I'd rather not make the code longer than it is, but in principle, I
could decide to only convert to a DFA if no subgroup info is tracked.
If I do that, a lazy powerset construction should be best suited, as
Lars notes. I'm just not clear whether this construction interacts
well with ranges: Given the (silly) regex ( \d+ | [A-F0-9a-f]+ HEX ),
the first time I encounter a digit, I'll add a transition in the DFA
from the empty set to a pair of NFA states (one for each side of the
alternative). If another use of the same NFA/DFA hybrid also receives
a digit (other than the first) as its first character, will I add a
distinct transition from the empty set to the same two-NFA-states
state, with a different label? Or should I try to detect that the
intersection of \d and [A-F0-9a-f] is [0-9]?
> I've been thinking about that. Why not memoize a
> regex-to-minimized-DFA translation in an auxiliary file? That way you
> only have to compile a new regex once, even across LaTeX runs.
We have not decided what we'd do for auxiliary files in expl3 (and
later on LaTeX3) yet, so I'm not using the .aux file.
>> One possible alternative is to
>> use a NFA and applying Thompson's construction or a similar algorithm
> I assume this is what l3regex already does, to construct the NFA.
>>> (2) I would also need the ability to merge new (N|D)FA's into an
>>> existing one and mark the corresponding accepting states with an
>>> identifier. I could then query this identifier when a match was found,
>>> so I could know which original pattern(s) matched.
>> Doable, but whichever way you do it, you effectively end up executing all
>> the component automata in parallel. With DFAs, the new state space is the
>> cartesian product of the component state spaces. With NFAs, you have a
>> of active branches for each component automaton. So if you're anyway
>> data to your automaton one token at a time, then you might as well feed
>> token to a sequence of automata instead.
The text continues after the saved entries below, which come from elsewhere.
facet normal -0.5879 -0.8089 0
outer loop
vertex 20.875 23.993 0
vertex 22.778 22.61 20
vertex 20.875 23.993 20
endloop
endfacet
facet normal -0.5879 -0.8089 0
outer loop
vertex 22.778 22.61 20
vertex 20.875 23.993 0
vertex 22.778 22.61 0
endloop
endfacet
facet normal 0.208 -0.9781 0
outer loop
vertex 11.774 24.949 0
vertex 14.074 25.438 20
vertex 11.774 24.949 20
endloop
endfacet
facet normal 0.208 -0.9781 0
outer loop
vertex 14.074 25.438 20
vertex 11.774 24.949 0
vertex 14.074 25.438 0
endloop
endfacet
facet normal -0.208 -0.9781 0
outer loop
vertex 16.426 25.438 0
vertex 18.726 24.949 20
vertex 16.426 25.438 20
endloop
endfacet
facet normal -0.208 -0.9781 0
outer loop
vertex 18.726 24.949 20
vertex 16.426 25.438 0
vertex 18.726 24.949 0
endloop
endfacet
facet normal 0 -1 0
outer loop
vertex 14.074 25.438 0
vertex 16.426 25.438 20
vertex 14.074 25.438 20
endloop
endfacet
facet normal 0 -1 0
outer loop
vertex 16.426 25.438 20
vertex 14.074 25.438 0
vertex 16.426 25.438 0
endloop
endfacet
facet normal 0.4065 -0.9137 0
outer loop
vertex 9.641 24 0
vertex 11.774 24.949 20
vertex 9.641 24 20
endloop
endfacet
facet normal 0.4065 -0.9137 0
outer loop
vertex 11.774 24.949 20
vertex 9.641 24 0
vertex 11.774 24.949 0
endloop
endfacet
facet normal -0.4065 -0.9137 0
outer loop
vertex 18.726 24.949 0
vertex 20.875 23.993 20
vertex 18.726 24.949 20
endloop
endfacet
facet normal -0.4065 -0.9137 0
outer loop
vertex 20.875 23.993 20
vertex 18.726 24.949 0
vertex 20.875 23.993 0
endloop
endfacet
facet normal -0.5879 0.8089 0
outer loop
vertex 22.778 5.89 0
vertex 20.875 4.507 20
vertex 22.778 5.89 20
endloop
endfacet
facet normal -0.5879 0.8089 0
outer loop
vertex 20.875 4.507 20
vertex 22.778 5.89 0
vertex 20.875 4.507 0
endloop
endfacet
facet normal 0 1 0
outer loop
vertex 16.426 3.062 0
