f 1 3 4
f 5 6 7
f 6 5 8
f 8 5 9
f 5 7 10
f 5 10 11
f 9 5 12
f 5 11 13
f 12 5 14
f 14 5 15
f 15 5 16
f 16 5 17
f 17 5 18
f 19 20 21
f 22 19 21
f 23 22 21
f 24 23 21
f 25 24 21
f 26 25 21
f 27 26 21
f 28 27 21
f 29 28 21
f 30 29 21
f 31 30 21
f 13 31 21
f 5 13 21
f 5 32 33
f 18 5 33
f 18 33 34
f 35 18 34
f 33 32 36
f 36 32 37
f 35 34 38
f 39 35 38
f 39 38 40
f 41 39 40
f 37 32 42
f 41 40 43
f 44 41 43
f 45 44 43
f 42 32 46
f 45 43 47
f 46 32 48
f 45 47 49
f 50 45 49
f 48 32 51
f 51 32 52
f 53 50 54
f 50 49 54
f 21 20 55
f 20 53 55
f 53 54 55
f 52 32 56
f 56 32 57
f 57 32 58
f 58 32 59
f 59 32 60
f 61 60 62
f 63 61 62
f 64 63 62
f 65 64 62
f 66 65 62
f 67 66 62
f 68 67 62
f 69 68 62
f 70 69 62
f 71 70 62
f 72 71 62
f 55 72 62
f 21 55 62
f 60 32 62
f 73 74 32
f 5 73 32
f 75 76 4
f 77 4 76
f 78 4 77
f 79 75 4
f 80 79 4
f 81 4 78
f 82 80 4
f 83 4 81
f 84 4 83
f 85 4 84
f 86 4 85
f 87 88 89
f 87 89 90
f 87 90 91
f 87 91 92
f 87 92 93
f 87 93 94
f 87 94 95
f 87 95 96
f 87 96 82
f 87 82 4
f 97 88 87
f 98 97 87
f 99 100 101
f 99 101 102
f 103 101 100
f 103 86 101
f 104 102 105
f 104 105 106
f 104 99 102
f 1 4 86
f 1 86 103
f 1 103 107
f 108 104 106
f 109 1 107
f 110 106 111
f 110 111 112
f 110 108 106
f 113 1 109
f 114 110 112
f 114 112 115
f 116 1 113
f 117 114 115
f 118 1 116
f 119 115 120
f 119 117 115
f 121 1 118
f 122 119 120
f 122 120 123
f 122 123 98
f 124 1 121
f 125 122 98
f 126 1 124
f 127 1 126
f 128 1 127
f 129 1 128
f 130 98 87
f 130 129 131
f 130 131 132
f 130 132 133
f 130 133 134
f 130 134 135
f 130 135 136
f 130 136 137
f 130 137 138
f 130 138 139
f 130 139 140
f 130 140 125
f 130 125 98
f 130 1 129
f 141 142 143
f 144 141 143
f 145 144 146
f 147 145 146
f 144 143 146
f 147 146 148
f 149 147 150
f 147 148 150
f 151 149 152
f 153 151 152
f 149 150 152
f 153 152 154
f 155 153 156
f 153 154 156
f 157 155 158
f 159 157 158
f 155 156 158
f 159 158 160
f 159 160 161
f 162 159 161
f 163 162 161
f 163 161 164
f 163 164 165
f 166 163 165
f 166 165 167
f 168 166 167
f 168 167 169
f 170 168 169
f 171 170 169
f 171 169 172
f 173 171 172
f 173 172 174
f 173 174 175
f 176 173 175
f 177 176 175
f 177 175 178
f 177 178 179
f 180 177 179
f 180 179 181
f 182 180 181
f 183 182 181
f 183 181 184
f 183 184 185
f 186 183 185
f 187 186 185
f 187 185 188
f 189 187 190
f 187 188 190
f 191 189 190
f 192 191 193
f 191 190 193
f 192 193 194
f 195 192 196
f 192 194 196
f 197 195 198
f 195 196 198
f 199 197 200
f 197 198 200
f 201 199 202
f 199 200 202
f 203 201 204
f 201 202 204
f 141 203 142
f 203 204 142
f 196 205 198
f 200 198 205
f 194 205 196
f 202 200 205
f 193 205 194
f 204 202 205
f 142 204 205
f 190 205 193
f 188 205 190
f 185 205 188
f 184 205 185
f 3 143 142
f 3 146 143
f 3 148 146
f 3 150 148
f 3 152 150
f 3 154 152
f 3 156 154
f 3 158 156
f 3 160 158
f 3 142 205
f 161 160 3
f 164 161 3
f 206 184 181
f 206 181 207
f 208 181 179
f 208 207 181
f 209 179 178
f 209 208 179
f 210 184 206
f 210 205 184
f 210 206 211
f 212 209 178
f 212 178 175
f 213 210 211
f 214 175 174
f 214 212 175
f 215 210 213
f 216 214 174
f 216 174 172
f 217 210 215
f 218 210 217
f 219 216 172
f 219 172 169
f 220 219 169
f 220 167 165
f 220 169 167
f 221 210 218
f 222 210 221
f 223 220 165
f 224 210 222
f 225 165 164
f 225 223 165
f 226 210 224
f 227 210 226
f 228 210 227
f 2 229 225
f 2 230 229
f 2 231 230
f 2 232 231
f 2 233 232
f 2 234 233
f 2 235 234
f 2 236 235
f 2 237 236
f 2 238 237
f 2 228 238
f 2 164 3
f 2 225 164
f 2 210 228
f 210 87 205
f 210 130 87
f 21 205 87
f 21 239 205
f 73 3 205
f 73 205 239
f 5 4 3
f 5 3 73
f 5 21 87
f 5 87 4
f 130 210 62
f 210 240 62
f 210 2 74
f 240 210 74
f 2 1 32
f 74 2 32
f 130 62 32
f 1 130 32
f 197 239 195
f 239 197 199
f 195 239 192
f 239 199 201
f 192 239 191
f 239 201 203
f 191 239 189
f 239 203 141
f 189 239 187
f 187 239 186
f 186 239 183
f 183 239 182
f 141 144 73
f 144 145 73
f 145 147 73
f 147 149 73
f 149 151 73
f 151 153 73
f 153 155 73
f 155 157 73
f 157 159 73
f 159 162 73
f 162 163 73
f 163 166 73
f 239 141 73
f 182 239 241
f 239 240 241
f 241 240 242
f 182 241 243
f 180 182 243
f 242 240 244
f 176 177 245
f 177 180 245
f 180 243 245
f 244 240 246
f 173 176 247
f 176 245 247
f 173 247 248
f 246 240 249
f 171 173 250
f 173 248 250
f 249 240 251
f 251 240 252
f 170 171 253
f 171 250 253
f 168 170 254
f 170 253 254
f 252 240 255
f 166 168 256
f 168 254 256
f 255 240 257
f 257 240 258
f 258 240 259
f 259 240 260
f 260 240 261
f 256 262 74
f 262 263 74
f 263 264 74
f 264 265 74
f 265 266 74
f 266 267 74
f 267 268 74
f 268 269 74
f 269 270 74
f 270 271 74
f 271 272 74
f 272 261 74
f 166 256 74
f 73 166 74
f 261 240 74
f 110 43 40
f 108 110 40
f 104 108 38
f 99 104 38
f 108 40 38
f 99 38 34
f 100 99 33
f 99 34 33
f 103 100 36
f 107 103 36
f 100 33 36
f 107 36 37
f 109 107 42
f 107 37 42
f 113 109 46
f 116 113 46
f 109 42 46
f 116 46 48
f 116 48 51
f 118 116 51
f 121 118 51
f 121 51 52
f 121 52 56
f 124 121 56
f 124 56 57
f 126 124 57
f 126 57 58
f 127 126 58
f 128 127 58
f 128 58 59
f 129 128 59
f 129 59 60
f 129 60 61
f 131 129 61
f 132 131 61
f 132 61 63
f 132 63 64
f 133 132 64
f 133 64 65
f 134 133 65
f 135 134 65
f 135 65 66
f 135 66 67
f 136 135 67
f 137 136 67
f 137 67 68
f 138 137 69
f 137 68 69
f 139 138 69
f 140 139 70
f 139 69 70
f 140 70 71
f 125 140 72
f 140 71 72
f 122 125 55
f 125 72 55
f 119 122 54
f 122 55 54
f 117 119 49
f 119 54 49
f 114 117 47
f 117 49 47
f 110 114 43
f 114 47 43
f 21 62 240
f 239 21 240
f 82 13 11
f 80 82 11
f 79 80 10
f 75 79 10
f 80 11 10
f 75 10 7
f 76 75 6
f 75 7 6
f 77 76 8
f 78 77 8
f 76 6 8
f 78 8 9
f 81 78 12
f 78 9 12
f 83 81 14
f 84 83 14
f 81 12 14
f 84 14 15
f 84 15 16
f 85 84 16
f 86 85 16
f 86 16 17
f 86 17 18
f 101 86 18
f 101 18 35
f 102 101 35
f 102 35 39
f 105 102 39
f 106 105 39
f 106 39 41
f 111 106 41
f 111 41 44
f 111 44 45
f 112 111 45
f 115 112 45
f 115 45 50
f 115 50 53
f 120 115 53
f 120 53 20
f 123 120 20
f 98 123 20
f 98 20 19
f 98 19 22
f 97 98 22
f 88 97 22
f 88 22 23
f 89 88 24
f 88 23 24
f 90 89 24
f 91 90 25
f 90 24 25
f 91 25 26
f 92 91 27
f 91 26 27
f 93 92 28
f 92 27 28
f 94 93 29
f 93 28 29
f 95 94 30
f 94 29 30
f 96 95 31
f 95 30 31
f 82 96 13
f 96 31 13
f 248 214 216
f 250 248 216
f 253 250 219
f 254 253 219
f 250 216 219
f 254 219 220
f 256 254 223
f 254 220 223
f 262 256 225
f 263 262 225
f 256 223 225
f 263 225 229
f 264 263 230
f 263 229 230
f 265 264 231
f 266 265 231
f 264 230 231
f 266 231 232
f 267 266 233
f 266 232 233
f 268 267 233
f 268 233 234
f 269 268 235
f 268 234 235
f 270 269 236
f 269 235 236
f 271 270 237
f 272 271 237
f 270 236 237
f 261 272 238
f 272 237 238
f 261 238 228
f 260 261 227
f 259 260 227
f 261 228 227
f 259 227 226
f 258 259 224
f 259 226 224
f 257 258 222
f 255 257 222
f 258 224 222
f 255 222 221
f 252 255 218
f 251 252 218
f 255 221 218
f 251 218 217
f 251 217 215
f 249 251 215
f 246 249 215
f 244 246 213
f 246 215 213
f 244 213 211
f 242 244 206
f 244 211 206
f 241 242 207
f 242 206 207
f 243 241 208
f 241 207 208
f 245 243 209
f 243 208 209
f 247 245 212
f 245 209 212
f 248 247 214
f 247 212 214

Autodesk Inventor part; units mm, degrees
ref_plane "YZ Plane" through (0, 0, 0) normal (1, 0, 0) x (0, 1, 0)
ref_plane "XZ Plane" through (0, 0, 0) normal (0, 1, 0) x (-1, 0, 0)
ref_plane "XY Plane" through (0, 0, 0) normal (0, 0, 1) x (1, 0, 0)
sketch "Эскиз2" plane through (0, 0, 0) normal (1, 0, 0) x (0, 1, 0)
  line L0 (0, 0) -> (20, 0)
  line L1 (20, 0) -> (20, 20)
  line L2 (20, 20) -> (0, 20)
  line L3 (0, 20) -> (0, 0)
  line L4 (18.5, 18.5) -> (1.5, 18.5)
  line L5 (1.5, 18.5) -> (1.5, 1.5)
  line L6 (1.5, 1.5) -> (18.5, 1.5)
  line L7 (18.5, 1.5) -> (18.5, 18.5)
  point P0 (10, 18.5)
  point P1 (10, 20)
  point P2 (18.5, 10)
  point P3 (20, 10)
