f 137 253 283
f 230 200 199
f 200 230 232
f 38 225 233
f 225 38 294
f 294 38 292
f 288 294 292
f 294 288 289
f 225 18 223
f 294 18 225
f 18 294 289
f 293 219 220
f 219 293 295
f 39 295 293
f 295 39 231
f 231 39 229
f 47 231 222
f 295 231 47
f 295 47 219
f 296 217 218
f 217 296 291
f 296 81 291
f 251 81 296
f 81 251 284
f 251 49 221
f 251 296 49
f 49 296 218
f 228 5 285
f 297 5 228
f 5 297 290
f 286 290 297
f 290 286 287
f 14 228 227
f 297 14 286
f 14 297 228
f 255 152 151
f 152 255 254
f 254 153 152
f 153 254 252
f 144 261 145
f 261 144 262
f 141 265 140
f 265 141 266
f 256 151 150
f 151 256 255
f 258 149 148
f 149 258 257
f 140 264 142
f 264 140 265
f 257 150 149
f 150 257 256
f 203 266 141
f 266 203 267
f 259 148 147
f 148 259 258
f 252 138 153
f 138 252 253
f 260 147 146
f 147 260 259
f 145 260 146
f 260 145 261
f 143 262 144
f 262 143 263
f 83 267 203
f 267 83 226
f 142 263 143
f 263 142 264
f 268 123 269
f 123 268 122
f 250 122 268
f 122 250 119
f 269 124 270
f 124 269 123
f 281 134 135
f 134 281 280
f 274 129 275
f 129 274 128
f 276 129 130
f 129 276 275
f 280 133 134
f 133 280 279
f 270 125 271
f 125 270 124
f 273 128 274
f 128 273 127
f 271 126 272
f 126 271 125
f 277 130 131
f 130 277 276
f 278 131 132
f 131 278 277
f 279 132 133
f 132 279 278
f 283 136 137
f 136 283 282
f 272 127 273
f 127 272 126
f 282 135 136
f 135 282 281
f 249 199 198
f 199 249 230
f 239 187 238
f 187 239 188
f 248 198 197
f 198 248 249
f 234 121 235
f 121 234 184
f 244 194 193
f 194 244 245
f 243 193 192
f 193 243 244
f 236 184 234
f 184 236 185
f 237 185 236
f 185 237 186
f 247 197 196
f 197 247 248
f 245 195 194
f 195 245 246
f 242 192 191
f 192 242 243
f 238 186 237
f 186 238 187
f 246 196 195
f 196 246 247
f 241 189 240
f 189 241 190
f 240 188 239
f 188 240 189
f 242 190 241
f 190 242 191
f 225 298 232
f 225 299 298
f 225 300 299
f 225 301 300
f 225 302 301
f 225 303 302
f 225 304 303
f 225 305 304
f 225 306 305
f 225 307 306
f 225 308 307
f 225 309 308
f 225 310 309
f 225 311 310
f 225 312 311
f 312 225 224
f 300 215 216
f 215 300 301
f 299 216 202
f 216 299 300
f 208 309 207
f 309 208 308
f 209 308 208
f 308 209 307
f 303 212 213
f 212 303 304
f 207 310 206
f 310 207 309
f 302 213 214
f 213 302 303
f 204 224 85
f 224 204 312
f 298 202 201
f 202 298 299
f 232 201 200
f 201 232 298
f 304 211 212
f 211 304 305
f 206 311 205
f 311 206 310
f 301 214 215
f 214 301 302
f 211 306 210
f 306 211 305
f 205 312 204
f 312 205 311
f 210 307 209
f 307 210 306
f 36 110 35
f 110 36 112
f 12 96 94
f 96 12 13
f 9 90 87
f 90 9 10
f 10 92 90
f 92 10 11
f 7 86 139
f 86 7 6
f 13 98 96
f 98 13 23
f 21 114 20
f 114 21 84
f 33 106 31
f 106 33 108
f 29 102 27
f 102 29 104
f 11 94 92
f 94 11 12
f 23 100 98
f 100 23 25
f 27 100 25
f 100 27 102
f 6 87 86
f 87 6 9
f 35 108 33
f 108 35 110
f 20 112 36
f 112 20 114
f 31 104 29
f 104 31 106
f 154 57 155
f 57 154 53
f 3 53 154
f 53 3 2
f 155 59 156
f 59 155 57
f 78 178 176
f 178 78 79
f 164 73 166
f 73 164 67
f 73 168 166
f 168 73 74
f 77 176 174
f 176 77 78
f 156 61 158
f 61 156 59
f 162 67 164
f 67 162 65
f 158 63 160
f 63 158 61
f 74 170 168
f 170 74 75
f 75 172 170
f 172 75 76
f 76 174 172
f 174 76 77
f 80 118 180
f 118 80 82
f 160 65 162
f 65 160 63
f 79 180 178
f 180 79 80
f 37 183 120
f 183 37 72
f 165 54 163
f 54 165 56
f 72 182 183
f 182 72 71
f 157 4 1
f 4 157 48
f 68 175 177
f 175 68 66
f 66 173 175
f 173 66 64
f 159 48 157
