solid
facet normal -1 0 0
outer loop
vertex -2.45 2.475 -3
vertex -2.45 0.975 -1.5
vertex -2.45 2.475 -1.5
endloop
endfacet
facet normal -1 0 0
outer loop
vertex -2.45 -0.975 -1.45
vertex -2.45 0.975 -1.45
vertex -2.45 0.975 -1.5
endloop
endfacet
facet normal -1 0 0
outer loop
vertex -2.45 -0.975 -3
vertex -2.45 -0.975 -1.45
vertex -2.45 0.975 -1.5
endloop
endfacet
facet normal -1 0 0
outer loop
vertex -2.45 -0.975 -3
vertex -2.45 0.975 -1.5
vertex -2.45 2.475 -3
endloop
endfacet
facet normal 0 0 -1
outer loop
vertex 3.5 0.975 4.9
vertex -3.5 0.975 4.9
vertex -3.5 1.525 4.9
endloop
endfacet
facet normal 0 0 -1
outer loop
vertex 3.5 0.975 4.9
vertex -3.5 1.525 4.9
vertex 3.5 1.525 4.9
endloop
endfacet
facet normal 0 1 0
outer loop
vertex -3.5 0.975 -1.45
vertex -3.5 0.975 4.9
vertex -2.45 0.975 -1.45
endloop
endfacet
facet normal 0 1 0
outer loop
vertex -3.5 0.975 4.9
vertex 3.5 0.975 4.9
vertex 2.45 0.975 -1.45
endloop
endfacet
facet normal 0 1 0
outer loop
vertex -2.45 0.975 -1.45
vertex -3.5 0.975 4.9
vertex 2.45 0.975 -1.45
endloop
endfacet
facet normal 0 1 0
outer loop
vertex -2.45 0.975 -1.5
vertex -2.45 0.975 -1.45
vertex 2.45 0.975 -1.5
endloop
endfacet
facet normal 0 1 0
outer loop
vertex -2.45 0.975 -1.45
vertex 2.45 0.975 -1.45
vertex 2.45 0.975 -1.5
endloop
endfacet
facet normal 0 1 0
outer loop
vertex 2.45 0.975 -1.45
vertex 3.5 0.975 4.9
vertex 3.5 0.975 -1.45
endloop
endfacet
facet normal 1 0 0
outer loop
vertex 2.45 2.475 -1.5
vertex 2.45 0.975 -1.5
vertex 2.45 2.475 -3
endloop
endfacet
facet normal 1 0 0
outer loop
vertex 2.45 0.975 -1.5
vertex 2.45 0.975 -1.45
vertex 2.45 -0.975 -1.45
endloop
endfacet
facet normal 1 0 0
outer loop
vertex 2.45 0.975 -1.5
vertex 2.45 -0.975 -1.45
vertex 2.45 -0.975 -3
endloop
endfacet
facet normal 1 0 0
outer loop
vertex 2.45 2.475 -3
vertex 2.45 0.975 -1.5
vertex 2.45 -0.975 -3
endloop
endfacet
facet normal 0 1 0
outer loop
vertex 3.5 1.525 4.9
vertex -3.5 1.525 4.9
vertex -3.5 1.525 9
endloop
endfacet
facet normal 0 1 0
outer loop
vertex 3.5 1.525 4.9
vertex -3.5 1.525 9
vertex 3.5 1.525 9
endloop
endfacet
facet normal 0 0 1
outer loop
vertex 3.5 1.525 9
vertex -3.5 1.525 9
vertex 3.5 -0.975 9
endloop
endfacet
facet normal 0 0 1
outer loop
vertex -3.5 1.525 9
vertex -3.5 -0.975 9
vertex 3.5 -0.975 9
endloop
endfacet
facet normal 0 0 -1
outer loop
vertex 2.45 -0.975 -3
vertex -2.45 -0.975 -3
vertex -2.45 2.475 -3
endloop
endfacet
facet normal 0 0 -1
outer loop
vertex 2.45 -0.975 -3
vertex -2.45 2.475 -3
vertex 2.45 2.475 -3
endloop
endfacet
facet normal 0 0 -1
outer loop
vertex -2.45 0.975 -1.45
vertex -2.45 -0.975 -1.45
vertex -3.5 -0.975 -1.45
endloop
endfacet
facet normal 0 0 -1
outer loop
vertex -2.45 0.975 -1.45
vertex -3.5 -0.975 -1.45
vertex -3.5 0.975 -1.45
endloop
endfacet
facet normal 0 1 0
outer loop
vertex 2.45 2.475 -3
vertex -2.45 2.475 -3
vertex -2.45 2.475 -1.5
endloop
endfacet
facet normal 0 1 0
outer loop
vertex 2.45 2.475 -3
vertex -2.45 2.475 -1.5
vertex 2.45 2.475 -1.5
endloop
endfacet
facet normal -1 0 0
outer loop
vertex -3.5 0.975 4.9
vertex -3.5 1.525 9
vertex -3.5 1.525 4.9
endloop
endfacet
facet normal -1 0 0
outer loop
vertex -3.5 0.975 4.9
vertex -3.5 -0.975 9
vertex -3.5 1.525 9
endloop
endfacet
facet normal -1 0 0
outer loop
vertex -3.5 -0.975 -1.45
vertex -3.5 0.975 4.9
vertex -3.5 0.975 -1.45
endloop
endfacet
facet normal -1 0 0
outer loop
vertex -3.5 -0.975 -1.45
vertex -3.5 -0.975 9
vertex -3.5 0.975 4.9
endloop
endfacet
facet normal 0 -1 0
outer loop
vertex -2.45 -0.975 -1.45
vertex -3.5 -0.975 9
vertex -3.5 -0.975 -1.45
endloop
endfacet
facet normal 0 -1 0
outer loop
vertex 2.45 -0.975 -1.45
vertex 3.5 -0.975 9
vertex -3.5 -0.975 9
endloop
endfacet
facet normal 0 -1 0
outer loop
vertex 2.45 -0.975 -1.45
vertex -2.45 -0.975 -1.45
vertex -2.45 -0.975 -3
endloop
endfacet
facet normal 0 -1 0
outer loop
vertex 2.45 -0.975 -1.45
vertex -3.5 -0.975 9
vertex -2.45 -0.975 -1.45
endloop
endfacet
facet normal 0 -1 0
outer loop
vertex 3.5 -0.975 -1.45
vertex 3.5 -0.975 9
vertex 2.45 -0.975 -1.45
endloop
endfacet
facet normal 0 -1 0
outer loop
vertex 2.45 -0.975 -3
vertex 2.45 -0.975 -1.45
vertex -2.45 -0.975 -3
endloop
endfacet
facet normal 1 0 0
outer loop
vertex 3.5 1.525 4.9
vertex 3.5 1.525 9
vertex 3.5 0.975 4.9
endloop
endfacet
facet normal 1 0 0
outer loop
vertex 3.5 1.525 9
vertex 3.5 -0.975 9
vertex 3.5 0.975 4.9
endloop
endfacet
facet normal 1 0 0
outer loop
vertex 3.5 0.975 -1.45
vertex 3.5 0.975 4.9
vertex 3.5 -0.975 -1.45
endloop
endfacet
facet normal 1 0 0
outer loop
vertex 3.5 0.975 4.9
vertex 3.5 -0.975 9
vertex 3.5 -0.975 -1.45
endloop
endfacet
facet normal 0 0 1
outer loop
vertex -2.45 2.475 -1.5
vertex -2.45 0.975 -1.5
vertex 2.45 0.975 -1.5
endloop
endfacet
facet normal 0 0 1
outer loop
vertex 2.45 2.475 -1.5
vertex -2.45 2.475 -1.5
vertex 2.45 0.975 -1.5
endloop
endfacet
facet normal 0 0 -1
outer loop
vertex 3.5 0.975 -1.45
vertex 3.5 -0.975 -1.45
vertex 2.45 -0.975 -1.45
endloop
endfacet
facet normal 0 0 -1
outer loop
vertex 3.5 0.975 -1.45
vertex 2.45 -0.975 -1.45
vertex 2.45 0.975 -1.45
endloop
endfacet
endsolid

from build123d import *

# Parameters (mm, degrees)
BOSS_EXTRUDE1_DEPTH      = 9
BOSS_EXTRUDE1_DEPTH_BACK = 3
SKETCH1_W                = 4.9
SKETCH1_H                = 1.95
SKETCH2_W                = 4.9
SKETCH2_H                = 1.5
BOSS_EXTRUDE2_DEPTH      = 1.5
SKETCH3_W                = 10.45
SKETCH3_H                = 1.95
BOSS_EXTRUDE3_DEPTH      = 3.5
SKETCH4_W                = 7
SKETCH4_H                = 4.1
BOSS_EXTRUDE4_DEPTH      = 0.55


with BuildPart() as part:
    # Sketch1 → Boss-Extrude1 (new, two sides: drawn at the far end of the back side and taken through both)
    with BuildSketch(Plane.XY.offset(-BOSS_EXTRUDE1_DEPTH_BACK)):
        Rectangle(SKETCH1_W, SKETCH1_H)
    extrude(amount=BOSS_EXTRUDE1_DEPTH + BOSS_EXTRUDE1_DEPTH_BACK)

    # Sketch2 → Boss-Extrude2 (add)
    with BuildSketch(Plane(origin=(0, 0.975, 0), x_dir=(1, 0, 0), z_dir=(0, 1, 0))):
        with Locations((0, 2.25)):
            Rectangle(SKETCH2_W, SKETCH2_H)
    extrude(amount=BOSS_EXTRUDE2_DEPTH)

    # Sketch3 → Boss-Extrude3 (add, symmetric)
    with BuildSketch(Plane(origin=(0, 0, 0), x_dir=(0, 0, -1), z_dir=(1, 0, 0))):
        with Locations((-3.775, 0)):
            Rectangle(SKETCH3_W, SKETCH3_H)
    extrude(amount=BOSS_EXTRUDE3_DEPTH, both=True)

    # Sketch4 → Boss-Extrude4 (add)
    with BuildSketch(Plane(origin=(0, 0.975, 0), x_dir=(1, 0, 0), z_dir=(0, 1, 0))):
        with Locations((0, -6.95)):
            Rectangle(SKETCH4_W, SKETCH4_H)
    extrude(amount=BOSS_EXTRUDE4_DEPTH)


solid = part.part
> Properly merging DFA's will gain you plenty if some rudimentary
> optimizations are performed. But not so much for NFA's, as you say,
> which is a shame. I've defined near 200 separate math-mode lexemes in
> my thesis so far. I wouldn't want to start up 200 automata for every
> potential occurrence. My current implementation uses a trie, i.e., a
> very primitive DFA.
Do you really need to merge NFA's on the fly, or could you simply use
an alternation such as ( \d+ | [a-zA-Z]\w* | ... ) ? Then we would
simply need a way to extract the information of which alternative was
taken. Doable, but I have no idea what syntax would be good. I agree
with Lars concerning performance. Branches in the NFA will very
quickly die if the word does not match the corresponding alternative.